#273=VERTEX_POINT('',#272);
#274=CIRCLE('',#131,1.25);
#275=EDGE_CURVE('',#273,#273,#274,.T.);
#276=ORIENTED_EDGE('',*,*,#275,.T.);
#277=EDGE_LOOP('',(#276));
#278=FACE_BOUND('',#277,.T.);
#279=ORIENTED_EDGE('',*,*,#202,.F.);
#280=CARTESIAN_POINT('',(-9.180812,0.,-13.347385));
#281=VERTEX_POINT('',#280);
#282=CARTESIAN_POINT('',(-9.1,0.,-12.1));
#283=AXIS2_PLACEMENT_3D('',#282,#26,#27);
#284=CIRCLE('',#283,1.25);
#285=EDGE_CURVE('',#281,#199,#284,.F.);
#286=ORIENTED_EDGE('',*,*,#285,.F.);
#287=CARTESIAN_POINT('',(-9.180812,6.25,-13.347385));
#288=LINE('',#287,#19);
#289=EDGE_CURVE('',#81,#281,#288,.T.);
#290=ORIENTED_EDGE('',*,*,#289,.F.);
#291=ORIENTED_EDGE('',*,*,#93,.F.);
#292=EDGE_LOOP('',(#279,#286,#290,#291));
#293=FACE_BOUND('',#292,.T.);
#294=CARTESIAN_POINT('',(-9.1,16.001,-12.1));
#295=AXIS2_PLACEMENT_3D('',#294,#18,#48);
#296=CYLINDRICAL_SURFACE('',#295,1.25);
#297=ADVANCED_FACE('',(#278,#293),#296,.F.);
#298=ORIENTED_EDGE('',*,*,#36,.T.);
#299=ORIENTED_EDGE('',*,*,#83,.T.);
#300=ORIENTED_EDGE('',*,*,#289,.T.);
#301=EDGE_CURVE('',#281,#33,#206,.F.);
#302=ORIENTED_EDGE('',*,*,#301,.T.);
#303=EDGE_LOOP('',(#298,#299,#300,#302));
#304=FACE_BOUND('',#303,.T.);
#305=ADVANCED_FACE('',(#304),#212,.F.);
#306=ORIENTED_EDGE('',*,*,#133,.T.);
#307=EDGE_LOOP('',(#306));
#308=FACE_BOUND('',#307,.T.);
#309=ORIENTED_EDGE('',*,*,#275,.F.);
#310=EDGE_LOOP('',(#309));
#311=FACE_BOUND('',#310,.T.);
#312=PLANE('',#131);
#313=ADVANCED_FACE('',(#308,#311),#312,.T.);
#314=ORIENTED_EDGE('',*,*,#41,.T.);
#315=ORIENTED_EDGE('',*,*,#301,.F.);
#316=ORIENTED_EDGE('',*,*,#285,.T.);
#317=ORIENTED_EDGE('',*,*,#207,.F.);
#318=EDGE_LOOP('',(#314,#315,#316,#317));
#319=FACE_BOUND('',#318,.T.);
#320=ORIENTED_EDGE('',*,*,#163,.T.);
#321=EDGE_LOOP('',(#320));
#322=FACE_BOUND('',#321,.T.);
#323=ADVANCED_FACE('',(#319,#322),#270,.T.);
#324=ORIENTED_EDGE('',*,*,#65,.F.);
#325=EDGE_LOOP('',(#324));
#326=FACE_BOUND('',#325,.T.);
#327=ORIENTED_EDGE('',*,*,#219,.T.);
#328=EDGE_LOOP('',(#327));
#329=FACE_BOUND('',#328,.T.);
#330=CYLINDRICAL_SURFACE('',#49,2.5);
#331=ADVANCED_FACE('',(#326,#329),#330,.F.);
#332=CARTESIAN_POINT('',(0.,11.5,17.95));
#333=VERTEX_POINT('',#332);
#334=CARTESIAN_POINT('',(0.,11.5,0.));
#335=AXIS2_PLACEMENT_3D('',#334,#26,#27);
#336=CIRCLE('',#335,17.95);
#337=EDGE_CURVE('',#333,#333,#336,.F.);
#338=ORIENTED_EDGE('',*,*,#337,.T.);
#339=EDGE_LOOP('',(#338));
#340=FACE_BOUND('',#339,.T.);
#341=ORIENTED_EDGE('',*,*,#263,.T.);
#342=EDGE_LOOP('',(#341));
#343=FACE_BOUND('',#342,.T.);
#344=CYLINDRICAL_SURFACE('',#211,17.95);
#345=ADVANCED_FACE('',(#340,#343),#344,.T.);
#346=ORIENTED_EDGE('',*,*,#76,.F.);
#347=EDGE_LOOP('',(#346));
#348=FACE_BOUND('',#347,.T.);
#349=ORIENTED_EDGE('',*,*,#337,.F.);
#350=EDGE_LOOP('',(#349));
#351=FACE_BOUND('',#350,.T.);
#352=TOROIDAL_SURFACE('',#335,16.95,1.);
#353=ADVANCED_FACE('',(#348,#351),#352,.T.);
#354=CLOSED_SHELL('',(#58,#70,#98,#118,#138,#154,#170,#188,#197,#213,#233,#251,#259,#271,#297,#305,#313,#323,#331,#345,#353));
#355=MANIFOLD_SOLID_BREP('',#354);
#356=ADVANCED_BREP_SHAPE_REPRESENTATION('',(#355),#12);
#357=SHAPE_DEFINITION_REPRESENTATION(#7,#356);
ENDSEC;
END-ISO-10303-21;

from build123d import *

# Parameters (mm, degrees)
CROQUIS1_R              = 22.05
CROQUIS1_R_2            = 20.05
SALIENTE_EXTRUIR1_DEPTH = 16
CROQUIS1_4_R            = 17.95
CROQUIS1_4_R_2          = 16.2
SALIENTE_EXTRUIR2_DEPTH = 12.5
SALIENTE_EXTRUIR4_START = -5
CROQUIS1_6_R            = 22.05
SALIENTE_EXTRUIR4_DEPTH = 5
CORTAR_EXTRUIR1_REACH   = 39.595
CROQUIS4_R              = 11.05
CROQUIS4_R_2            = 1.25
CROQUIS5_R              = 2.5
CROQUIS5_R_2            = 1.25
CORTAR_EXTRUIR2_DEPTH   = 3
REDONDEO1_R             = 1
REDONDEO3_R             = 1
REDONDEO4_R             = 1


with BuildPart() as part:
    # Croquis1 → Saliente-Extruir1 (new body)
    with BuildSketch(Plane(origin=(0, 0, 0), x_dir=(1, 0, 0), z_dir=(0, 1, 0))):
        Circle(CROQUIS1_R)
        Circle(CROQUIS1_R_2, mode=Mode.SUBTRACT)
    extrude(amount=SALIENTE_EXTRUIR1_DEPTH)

——

In the entries above, please find the line with "#340=FACE_BOUND('',#339,.T.);" and the line with "Circle(CROQUIS1_R)", then write out exactly those two lines and every line between them, and nothing more.

#340=FACE_BOUND('',#339,.T.);
#341=ORIENTED_EDGE('',*,*,#263,.T.);
#342=EDGE_LOOP('',(#341));
#343=FACE_BOUND('',#342,.T.);
#344=CYLINDRICAL_SURFACE('',#211,17.95);
#345=ADVANCED_FACE('',(#340,#343),#344,.T.);
#346=ORIENTED_EDGE('',*,*,#76,.F.);
#347=EDGE_LOOP('',(#346));
#348=FACE_BOUND('',#347,.T.);
#349=ORIENTED_EDGE('',*,*,#337,.F.);
#350=EDGE_LOOP('',(#349));
#351=FACE_BOUND('',#350,.T.);
#352=TOROIDAL_SURFACE('',#335,16.95,1.);
#353=ADVANCED_FACE('',(#348,#351),#352,.T.);
#354=CLOSED_SHELL('',(#58,#70,#98,#118,#138,#154,#170,#188,#197,#213,#233,#251,#259,#271,#297,#305,#313,#323,#331,#345,#353));
#355=MANIFOLD_SOLID_BREP('',#354);
#356=ADVANCED_BREP_SHAPE_REPRESENTATION('',(#355),#12);
#357=SHAPE_DEFINITION_REPRESENTATION(#7,#356);
ENDSEC;
END-ISO-10303-21;

from build123d import *

# Parameters (mm, degrees)
CROQUIS1_R              = 22.05
CROQUIS1_R_2            = 20.05
SALIENTE_EXTRUIR1_DEPTH = 16
CROQUIS1_4_R            = 17.95
CROQUIS1_4_R_2          = 16.2
SALIENTE_EXTRUIR2_DEPTH = 12.5
SALIENTE_EXTRUIR4_START = -5
CROQUIS1_6_R            = 22.05
SALIENTE_EXTRUIR4_DEPTH = 5
CORTAR_EXTRUIR1_REACH   = 39.595
CROQUIS4_R              = 11.05
CROQUIS4_R_2            = 1.25
CROQUIS5_R              = 2.5
CROQUIS5_R_2            = 1.25
CORTAR_EXTRUIR2_DEPTH   = 3
REDONDEO1_R             = 1
REDONDEO3_R             = 1
REDONDEO4_R             = 1


with BuildPart() as part:
    # Croquis1 → Saliente-Extruir1 (new body)
    with BuildSketch(Plane(origin=(0, 0, 0), x_dir=(1, 0, 0), z_dir=(0, 1, 0))):
        Circle(CROQUIS1_R)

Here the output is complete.